Runtime Analysis in Algorithm Interviews

Part of an algorithm interview is coding up the "best" answer as quickly as possible. There are a number of ways to quantify best, clean code, well explained, and of course worst case runtime are important. Worst case runtime is signified by "Big Oh" or O(x) notation as a function of the length of the inputs.

There are ways to approach problems to find the fastest solution in its runtime, but in this post, we're looking merely to analyse what we've already written. In the majority of cases, while mentioning the expected runtime might be ok during coding, a deeper dive into the analysis isn't necessary until after the code is completely written.

The first thing to do is to identify the inputs and their dimensions. Oftentimes, you have a single list of length n. But be sure there aren't tricky added variables like number of digits of each number in the list. In tree type problems, you may need to express the final result in terms of both n (the total nodes in the tree), as well as o (level order, the height of the tree).

Then analyse the code as you've written it. Your intentions don't matter at this stage, the code is done, and functional. How does it perform? Watch out for nested loops, list comprehension within a list, and magic methods. Sometimes a built in method will operate in O(n) time, when it doesn't look like it. If you're changing datatypes in a loop, you may run into this type of issue. Consider:

def problem(inputdict):
  for k,v in inputdict.iteritems():
    templist = list(inputdict.keys)

This isn't the best formulation of how to solve the problem, so let's analyze what's wrong. We're iterating over the dictionary, and then getting a list of keys. So the outer loop is O(n), and the templist line is also O(n). Multiplying, we get O(n^2). These types of small one liners are quite insidious, especially in python. It's easy to write a casual single line that has bad runtime analysis.
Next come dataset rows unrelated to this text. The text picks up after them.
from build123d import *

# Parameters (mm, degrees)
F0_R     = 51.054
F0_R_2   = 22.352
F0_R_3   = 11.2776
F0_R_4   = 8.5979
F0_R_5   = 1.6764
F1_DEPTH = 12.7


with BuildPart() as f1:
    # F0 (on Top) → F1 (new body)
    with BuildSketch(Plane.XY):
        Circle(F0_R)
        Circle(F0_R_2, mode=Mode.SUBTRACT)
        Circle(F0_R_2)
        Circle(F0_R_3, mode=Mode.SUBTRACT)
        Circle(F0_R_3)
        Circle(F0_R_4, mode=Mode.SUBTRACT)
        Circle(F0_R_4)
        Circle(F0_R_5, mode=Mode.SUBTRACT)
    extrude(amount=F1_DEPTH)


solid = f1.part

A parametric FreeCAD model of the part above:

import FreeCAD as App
import Part
import Sketcher
from FreeCAD import Vector
Q = App.Units.Quantity

doc = App.newDocument("Part")
body = doc.addObject("PartDesign::Body", "Body")

# Sketch on XY plane
sketch1 = body.newObject("Sketcher::SketchObject", "Sketch")
sketch1.AttachmentSupport = (doc.getObject("XY_Plane"), [""])
sketch1.MapMode = "FlatFace"
sketch1.addGeometry(Part.Circle(Vector(0, 0, 0), Vector(0, 0, 1), 51.1), False)
sketch1.addGeometry(Part.Circle(Vector(0, 0, 0), Vector(0, 0, 1), 1.7), False)
sketch1.addConstraint(Sketcher.Constraint("Coincident", 0, 3, -1, 1))
sketch1.addConstraint(Sketcher.Constraint("Coincident", 1, 3, -1, 1))
sketch1.addConstraint(Sketcher.Constraint("Diameter", 0, Q("4.02 in")))
sketch1.addConstraint(Sketcher.Constraint("Diameter", 1, Q("0.132 in")))
pad1 = body.newObject("PartDesign::Pad", "Pad")
pad1.Profile = sketch1
pad1.Length = Q("0.5 in")

doc.recompute()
In this situation, don't go back and refactor the code. Make note of the problem, give a quick statement of what you'd do to fix it, and continue analysing the runtime. In this case, the total runtime is O(n^2).

Let's dive into a solution and look at its runtime. We don't need to know what the solution is solving in order to analyse the runtime. We just need to know what the input is, and that's shown here.

def productExceptSelf(self, nums):
    """
    :type nums: List[int]
    :rtype: List[int]
    """
    output = [1] * len(nums)
    top = 1
    bottom = 1
    for i in range(len(nums)):
        j = len(nums) - i - 1
        output[i] *= top
        output[j] *= bottom
        leftNum = nums[i]
        rightNum = nums[j]
        top *= leftNum
        bottom *= rightNum
    return output

Here we see on the first line the muliplication creates an array, and will be O(n) in the length of nums. The next few are constant assignment. Then we get to the main loop. We know the loop will be O(n) for each of the internal lines. Now we can just inspect each of those to confirm each are constant time, also known as O(1). Taking a look over each, all are arithmetic operators on primitive variables. So they're all constant. Great. The overall runtime of the entire method is O(n).

Trees can get a bit more complex. But here's an exercise for a tree problem. Try it out before reading the solution.

class Solution(object):
    def validHelper(self, root, maxVal, minVal):
        if not root:
            return True
        cur = True
        if root.left:
            if root.val <= root.left.val or (minVal != None and minVal >= root.left.val):
                return False
            cur = cur and self.validHelper(root.left, root.val, minVal)
        if root.right:
            if root.val >= root.right.val or (maxVal != None and maxVal <= root.right.val):
                return False
            cur = cur and self.validHelper(root.right, maxVal, root.val)
        return cur
        
        
    def isValidBST(self, root):
        """
        :type root: TreeNode
        :rtype: bool
        """
        return self.validHelper(root, None, None)

Tree problems are often seen in recursive situations. In this case, you have to understand the runtime on each node, and then the growth of the recursive calls. Which nodes in the tree are being called and how many times. Let's start with each call.

This is a binary tree, and we don't have access to any other part of the tree as we process it. So looking at the assignment and comparison code here, we can see we don't access any variables more than a countable number of times (the opposite of countable would be in a loop, or by another call to the method). The two assignments show us that we call the recursive helper method for each the left and right trees. We can further see that as we traverse downwards, we'll get a single boolean value, either from the base case or from the recursive case. There's no way for moving back up the tree except through the standard call stack. This means each node in the tree will be called exactly once.

With each being called once, and each call taking constant time, the overall runtime will be O(n).